Looking at trying to make my '18 Tiguan Highline rline a bit faster, going to be grabbing a JB4 and im wondering if a IS38 would be a direct swap? Has anyone done this yet?


----------



## Rtdave87 (May 14, 2019)

I have the jb4 on mine. It gives it more of a linear power displacement, but over notice i don't have any power below 3000k

Sent from my Pixel 2 XL using Tapatalk


----------



## Gerryflo (Aug 5, 2011)

Rtdave87 said:


> I have the jb4 on mine. It gives it more of a linear power displacement, but over notice i don't have any power below 3000k
> 
> Sent from my Pixel 2 XL using Tapatalk


was it worth?


----------



## Rtdave87 (May 14, 2019)

Honestly i don't know,i have mixed feelings. I'm going to buy a few other performance parts from neuspeed and see if it makes a difference. There's other options to allot of people are happy with the neuspeed power module and the Racechip and they are less expressive.

Sent from my Pixel 2 XL using Tapatalk


----------



## Gerryflo (Aug 5, 2011)

yeah i heard about the racechip, bruger came out with a pedal tuner as well. that im looking into


----------



## Rtdave87 (May 14, 2019)

Yeah I'm thinking of getting the pedal,inlet pipe, discharge pipe, lighter pulley, and air intake. 

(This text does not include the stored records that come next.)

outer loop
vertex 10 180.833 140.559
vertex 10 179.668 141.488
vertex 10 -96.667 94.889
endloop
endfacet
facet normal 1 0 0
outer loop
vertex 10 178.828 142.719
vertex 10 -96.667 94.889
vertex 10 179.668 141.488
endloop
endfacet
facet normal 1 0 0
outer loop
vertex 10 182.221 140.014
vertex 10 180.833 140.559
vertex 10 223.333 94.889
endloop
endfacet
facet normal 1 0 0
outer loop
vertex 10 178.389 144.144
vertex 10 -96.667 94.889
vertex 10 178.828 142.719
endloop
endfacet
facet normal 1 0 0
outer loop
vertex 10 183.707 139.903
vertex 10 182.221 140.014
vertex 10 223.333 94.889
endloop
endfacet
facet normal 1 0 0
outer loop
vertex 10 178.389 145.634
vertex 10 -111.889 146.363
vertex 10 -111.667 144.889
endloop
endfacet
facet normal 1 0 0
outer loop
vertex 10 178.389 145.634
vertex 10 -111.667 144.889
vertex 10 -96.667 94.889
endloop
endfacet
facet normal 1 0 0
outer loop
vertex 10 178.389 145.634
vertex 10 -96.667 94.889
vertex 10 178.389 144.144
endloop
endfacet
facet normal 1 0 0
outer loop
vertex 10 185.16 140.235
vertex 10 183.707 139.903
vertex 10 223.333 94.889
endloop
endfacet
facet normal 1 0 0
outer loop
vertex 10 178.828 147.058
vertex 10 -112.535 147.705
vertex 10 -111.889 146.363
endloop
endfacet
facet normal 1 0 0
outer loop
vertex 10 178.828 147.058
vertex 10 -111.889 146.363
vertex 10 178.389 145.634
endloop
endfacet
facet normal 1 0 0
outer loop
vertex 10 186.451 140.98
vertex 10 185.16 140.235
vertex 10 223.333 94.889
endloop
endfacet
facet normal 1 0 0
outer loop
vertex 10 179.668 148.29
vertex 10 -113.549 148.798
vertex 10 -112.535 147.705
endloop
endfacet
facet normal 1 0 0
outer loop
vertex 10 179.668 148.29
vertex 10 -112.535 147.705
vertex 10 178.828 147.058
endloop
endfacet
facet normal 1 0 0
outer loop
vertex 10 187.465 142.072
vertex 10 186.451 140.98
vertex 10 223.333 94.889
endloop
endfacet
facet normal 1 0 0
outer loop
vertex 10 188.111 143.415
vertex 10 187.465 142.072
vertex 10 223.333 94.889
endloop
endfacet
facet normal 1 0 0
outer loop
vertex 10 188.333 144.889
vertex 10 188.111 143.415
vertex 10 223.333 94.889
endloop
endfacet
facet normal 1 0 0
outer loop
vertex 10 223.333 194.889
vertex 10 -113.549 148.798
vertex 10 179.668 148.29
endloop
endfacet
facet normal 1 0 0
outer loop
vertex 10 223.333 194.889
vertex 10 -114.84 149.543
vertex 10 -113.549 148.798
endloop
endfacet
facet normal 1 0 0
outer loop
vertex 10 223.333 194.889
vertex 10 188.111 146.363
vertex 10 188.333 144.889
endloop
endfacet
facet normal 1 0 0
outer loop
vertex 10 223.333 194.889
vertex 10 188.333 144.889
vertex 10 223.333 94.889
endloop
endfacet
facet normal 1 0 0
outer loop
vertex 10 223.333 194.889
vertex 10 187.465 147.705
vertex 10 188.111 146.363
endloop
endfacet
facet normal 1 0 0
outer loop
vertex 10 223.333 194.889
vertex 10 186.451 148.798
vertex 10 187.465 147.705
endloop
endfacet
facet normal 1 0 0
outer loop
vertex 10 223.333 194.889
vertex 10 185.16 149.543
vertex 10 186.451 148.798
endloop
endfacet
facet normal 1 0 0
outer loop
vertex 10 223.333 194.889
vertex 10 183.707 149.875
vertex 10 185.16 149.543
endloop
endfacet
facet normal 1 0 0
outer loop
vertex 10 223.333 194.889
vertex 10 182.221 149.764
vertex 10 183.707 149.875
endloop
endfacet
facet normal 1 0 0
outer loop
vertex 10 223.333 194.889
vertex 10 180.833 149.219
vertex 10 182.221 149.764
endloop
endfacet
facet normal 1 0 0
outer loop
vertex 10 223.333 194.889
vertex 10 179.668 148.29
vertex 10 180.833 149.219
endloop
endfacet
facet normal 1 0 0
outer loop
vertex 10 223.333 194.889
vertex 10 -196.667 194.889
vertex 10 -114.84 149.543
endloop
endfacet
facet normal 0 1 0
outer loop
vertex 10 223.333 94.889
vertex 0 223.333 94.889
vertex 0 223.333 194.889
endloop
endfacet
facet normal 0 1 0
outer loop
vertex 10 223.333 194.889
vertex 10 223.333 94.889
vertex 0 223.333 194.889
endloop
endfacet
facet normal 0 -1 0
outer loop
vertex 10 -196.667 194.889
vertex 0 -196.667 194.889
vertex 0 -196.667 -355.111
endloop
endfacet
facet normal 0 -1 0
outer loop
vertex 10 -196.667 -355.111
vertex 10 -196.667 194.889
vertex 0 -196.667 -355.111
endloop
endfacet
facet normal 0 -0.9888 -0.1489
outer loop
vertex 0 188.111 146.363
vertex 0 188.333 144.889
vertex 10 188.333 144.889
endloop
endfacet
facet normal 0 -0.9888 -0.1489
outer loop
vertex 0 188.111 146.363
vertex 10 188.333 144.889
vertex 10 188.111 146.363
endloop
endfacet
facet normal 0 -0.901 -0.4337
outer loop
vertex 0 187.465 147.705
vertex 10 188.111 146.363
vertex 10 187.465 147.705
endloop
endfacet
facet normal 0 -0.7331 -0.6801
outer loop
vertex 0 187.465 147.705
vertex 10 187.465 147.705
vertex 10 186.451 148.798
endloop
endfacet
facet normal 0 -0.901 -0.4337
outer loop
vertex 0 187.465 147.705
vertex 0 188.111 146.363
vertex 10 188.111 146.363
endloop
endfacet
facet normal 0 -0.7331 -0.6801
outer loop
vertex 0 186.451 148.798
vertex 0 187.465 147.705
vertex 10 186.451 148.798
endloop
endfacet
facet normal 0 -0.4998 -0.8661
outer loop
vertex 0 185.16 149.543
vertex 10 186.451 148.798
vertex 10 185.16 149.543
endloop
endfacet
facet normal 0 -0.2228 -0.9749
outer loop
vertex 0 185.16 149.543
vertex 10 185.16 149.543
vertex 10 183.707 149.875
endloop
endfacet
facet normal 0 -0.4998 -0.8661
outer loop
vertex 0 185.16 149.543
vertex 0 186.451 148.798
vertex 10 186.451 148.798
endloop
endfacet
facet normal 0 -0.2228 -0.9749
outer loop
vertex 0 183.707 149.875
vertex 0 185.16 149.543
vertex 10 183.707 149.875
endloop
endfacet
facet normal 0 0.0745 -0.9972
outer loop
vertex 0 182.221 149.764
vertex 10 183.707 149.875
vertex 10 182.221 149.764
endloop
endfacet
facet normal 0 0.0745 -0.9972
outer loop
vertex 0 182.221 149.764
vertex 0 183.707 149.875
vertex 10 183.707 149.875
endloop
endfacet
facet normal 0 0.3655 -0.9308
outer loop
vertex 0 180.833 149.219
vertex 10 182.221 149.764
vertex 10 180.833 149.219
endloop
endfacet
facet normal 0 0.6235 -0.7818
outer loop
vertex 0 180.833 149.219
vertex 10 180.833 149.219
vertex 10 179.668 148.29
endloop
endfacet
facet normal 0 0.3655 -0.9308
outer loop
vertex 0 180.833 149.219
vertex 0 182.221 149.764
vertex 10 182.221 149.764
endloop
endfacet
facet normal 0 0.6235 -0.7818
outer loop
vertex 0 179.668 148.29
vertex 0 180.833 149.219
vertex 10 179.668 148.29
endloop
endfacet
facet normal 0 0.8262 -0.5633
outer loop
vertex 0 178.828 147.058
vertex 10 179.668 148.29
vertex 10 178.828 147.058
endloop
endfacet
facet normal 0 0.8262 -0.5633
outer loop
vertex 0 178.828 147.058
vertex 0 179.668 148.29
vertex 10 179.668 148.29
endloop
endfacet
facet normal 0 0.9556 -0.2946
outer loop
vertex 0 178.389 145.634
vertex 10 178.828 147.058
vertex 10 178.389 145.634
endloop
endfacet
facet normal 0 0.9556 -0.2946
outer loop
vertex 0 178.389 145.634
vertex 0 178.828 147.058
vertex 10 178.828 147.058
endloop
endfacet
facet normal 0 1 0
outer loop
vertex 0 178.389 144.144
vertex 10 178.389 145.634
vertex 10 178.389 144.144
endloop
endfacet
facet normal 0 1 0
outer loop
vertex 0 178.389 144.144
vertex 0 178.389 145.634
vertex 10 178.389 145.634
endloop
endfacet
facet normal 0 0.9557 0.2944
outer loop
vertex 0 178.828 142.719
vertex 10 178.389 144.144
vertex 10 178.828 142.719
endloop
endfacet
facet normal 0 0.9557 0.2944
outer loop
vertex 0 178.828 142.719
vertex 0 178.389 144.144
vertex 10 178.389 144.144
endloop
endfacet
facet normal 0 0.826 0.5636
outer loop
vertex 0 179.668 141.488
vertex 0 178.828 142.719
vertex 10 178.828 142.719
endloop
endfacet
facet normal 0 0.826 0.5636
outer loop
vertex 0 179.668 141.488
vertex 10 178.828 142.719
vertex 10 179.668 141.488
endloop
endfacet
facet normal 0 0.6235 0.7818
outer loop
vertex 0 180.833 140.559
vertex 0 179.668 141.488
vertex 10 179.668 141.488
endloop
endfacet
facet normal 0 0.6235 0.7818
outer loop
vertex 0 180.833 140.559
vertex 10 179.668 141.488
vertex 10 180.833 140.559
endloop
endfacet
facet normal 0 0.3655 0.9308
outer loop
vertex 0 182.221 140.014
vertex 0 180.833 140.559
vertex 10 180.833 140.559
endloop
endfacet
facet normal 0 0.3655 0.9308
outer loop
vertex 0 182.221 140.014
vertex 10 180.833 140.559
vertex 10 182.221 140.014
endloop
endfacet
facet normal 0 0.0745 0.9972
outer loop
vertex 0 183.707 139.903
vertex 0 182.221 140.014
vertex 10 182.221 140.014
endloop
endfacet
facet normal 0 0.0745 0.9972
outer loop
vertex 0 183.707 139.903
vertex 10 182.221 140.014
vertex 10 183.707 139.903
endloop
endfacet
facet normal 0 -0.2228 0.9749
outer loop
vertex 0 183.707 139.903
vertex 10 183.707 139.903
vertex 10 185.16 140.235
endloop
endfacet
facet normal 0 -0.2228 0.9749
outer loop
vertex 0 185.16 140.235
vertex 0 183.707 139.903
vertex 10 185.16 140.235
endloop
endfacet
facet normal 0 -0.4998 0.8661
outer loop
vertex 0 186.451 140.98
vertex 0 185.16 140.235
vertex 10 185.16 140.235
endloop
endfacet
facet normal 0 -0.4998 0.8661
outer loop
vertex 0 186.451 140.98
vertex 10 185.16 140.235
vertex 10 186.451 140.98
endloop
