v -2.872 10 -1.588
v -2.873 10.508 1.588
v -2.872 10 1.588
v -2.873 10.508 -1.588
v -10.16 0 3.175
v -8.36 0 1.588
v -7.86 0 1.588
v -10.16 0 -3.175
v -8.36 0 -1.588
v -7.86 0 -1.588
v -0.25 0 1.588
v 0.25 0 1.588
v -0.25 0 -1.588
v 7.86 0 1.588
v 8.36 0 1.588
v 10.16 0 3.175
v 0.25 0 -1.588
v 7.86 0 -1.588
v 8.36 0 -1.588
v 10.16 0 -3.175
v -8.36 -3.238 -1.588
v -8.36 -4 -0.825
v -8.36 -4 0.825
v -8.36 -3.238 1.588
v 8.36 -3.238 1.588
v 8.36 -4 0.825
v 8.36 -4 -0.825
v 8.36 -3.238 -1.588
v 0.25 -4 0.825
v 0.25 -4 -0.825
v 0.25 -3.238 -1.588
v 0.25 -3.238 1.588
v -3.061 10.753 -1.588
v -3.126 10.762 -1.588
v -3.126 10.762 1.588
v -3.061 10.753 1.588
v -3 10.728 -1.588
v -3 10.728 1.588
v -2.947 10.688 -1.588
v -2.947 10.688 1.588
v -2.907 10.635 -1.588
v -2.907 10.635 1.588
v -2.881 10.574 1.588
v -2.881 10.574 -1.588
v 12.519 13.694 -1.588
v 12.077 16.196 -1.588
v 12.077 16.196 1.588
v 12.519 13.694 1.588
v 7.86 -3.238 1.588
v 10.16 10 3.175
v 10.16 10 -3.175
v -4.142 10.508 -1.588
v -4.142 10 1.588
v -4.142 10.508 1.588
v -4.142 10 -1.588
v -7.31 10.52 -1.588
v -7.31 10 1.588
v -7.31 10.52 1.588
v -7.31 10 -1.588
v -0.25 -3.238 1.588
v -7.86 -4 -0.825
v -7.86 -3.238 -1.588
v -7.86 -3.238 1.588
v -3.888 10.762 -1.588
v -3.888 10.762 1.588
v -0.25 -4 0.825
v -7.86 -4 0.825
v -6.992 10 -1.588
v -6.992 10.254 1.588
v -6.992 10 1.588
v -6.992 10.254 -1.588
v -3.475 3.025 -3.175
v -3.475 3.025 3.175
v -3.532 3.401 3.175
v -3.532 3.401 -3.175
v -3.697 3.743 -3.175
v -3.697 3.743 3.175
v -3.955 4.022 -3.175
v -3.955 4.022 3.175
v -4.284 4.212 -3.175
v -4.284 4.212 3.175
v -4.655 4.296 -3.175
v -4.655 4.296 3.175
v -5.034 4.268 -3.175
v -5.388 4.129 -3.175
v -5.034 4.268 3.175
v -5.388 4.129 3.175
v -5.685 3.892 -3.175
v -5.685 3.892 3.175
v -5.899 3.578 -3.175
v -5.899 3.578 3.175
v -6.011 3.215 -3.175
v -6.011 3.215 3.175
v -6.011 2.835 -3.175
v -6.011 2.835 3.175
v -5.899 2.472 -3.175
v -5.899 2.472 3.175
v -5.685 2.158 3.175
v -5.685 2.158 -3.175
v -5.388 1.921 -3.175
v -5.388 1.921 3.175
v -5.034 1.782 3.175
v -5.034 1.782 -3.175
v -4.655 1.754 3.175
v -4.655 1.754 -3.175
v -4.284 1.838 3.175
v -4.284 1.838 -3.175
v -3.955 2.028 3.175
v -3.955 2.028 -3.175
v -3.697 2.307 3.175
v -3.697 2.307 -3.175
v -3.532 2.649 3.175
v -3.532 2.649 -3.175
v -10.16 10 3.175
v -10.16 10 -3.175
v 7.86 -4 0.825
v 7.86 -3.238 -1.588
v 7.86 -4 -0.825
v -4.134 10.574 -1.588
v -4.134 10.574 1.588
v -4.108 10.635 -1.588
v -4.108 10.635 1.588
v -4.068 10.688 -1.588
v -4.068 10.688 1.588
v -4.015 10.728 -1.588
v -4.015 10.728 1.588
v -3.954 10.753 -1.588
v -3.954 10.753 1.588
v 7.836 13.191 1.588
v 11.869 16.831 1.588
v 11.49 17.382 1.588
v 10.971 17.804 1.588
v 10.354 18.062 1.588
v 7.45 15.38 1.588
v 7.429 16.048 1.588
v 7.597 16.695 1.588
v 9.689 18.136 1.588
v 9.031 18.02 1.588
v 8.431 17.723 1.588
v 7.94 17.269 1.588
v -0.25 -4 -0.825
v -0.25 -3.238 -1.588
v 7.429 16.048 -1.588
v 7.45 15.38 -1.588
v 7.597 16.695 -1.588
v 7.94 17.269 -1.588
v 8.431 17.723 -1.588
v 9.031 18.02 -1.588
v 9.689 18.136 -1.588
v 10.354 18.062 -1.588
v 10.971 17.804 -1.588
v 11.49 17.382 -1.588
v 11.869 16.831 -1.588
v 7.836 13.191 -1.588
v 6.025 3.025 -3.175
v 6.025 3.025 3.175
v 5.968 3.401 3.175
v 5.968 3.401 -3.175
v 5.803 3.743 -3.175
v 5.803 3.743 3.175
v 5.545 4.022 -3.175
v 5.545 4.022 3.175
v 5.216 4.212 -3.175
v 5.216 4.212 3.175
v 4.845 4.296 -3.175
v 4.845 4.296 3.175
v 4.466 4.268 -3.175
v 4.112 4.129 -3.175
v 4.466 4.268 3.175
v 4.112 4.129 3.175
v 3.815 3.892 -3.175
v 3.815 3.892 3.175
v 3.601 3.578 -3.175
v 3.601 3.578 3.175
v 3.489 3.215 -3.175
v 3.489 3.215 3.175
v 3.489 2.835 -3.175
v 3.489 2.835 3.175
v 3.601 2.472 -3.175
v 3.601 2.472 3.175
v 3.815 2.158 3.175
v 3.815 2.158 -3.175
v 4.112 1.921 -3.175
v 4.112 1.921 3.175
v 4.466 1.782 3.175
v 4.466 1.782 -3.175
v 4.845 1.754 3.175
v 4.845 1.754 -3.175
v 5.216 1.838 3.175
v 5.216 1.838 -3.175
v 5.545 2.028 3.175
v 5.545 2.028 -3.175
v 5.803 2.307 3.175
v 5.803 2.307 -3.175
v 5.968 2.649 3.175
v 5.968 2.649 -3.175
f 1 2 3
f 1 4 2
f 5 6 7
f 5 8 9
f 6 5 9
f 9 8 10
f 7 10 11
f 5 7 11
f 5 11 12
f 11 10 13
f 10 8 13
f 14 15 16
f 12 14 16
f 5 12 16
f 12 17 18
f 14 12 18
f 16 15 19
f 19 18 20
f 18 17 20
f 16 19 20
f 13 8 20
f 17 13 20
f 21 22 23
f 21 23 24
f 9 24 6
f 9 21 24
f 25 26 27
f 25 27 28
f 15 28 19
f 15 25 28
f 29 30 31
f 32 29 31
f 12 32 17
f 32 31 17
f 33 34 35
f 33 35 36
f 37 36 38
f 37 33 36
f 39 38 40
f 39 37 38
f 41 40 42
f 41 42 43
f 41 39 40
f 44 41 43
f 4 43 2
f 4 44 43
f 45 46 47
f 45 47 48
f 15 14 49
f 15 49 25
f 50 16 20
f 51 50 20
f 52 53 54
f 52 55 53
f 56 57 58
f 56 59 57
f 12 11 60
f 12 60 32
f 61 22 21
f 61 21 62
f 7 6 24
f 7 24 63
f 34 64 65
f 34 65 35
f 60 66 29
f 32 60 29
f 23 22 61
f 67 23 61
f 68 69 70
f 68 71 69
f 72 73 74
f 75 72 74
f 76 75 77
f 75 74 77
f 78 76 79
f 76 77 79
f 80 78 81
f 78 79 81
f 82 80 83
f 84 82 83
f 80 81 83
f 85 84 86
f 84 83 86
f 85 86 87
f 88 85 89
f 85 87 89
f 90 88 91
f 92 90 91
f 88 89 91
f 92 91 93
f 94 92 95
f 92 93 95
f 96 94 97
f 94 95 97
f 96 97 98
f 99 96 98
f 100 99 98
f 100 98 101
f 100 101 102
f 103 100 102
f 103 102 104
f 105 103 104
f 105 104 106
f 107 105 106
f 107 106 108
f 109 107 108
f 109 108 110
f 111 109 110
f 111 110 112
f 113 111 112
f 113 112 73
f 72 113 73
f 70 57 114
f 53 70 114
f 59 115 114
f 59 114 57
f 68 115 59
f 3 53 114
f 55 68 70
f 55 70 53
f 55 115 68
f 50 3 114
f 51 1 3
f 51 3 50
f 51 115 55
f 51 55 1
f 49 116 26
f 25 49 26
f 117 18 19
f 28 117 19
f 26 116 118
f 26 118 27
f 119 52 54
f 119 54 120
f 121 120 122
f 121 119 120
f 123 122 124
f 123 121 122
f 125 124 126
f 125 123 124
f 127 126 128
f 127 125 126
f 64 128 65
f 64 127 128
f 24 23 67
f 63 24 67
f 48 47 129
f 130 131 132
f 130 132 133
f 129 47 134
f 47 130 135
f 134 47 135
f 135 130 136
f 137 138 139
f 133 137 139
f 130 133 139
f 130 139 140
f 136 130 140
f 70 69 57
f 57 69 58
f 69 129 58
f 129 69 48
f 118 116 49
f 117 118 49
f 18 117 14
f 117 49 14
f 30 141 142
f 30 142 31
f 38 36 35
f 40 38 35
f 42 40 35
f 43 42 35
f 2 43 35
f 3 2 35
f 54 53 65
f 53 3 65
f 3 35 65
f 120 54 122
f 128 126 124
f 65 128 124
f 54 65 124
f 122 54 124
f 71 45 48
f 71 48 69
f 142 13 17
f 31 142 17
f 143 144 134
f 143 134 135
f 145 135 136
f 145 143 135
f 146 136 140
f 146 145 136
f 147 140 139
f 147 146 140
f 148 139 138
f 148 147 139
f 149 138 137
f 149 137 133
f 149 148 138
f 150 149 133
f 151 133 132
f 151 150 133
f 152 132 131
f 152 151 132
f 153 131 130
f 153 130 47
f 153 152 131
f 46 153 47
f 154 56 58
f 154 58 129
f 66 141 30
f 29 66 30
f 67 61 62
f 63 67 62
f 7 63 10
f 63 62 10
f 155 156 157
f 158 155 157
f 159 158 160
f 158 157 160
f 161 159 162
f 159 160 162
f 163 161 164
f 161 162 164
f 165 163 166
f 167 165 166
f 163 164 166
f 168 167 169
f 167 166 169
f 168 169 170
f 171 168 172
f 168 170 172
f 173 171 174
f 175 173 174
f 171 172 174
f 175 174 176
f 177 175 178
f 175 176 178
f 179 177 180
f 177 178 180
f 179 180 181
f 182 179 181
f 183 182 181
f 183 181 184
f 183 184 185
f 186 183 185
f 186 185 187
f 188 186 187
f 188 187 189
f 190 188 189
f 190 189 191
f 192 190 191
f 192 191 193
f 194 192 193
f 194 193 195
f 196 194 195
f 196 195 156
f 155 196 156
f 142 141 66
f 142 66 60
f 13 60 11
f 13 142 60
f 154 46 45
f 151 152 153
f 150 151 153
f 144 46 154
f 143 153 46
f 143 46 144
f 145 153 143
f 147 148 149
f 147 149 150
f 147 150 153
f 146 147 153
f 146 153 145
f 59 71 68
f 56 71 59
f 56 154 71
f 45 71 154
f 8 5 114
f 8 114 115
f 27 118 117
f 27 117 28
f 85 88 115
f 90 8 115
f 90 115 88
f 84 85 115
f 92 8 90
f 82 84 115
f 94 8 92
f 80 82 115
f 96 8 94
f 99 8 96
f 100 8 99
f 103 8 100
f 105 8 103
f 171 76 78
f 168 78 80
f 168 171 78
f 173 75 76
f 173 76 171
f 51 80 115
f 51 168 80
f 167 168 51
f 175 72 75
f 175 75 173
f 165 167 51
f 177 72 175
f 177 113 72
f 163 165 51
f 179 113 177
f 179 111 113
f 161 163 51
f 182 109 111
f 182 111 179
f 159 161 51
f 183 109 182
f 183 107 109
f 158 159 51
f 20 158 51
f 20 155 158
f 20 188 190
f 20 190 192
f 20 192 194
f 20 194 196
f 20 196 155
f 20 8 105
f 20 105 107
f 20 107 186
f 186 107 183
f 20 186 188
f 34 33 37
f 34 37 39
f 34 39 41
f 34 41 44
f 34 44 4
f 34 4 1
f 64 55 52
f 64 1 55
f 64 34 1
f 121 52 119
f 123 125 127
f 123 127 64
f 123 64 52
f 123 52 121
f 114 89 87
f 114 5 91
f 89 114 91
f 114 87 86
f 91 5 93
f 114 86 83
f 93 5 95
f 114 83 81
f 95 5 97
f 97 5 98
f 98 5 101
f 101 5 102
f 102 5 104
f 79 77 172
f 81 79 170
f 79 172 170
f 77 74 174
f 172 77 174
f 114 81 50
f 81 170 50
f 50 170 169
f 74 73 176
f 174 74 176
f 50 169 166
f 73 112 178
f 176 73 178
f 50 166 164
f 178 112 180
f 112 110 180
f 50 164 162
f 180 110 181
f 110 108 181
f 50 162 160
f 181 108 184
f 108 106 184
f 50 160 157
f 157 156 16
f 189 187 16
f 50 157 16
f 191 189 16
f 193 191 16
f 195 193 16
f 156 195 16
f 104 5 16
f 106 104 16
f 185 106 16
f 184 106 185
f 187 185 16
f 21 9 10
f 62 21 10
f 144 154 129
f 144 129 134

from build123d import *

# Parameters (mm, degrees)
SKETCH1_W           = 20.32
SKETCH1_H           = 6.35
BOSS_EXTRUDE1_DEPTH = 10
SKETCH2_W           = 0.5
SKETCH2_H           = 4
BOSS_EXTRUDE2_DEPTH = 1.5875
CHAMFER1_SIZE       = 0.762
SKETCH3_R           = 1.275
CUT_EXTRUDE1_DEPTH  = 23.934585372


with BuildPart() as part:
    # Sketch1 → Boss-Extrude1 (new body)
    with BuildSketch(Plane(origin=(0, 0, 0), x_dir=(1, 0, 0), z_dir=(0, 1, 0))):
        Rectangle(SKETCH1_W, SKETCH1_H)
    extrude(amount=BOSS_EXTRUDE1_DEPTH)

    # Sketch2 → Boss-Extrude2 (add, symmetric)
    with BuildSketch(Plane.XY):
        with BuildLine():
            Line((-4.1425, 10), (-4.1425, 10.508))
            ThreePointArc((-4.1425, 10.508), (-4.068105122, 10.687605122), (-3.8885, 10.762))
            Line((-3.8885, 10.762), (-3.1265, 10.762))
            ThreePointArc((-3.1265, 10.762), (-2.946894878, 10.687605122), (-2.8725, 10.508))
            Line((-2.8725, 10.508), (-2.8725, 10))
            Line((-2.8725, 10), (-4.1425, 10))
        make_face()
        with BuildLine():
            Line((-7.31, 10), (-7.31, 10.520414133))
            Line((-7.31, 10.520414133), (7.835766275, 13.191021371))
            Line((7.835766275, 13.191021371), (7.4498332, 15.379756602))
            ThreePointArc((7.4498332, 15.379756602), (9.355652622, 18.101548811), (12.077444831, 16.195729389))
            Line((12.077444831, 16.195729389), (12.518511203, 13.694317696))
            Line((12.518511203, 13.694317696), (-6.9925, 10.254))
            Line((-6.9925, 10.254), (-6.9925, 10))
            Line((-6.9925, 10), (-7.31, 10))
        make_face()
        with Locations((-8.11, -2)):
            Rectangle(SKETCH2_W, SKETCH2_H)
        with Locations((0, -2)):
            Rectangle(SKETCH2_W, SKETCH2_H)
        with Locations((8.11, -2)):
            Rectangle(SKETCH2_W, SKETCH2_H)
    extrude(amount=BOSS_EXTRUDE2_DEPTH, both=True)

    # Chamfer1
    chamfer1_edges = [part.edges().sort_by_distance(p)[0] for p in [
        (-8.11, -4, -1.5875),
        (-8.11, -4, 1.5875),
        (0, -4, -1.5875),
        (0, -4, 1.5875),
        (8.11, -4, -1.5875),
        (8.11, -4, 1.5875),
    ]]
    chamfer(chamfer1_edges, length=CHAMFER1_SIZE)

    # Sketch3 → Cut-Extrude1 (cut, through all)
    with BuildSketch(Plane.XY.offset(3.175)):
        with Locations((-4.75, 3.025)):
            Circle(SKETCH3_R)
        with Locations((4.75, 3.025)):
            Circle(SKETCH3_R)
    extrude(amount=-CUT_EXTRUDE1_DEPTH, mode=Mode.SUBTRACT)


solid = part.part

Sent from my Pixel 2 XL using Tapatalk


----------



## Rtdave87 (May 14, 2019)

.









Sent from my Pixel 2 XL using Tapatalk


----------



## Masterchief1804 (Feb 19, 2009)

Skip the air intake, if anything upgrade to K&N drop in. Use your money towards another upgrade. 

Sent from my SM-G955U using Tapatalk


----------



## brianrose1981 (Jan 2, 2016)

For what it's worth.

I have the racechip tuner box on my 18 tiguan and it's set to sport.

I also have the sprint booster pedal box and the leyo intake on my tiguan.

This trifecta has made tiguan so much more fun to drive and off the line forget it, I can dust most suvs.

I have heard a lot say thay intakes aren't worth it, but the leyo intake definitely works and also sounds hella good.

I already have 13k of my tiguan with zero issues in this setup and will probably keep it this way till the end of my lease. 

Sent from my SM-G965U using Tapatalk


----------



## KDubGTI (May 24, 2004)

Here is my setup:

Neuspeed Power Module
ECS Big Bore Turbo Inlet
BMS Pedal Tuner
K&N Filter
Airbox mod to remove snow baffle

My Tig is now FUN to drive and it is night and day from stock and it pulls pretty hard. I will run mine like this until APR or Unitronic figure out the ECU encryption and come out with a tune for our Tigs.

Also, I would not drop an IS38 in unless APR had a tune for it, yes I have heard guys do this on the JB4, but they are having cooling issues with some of the higher HP maps from reading the JB4 forum.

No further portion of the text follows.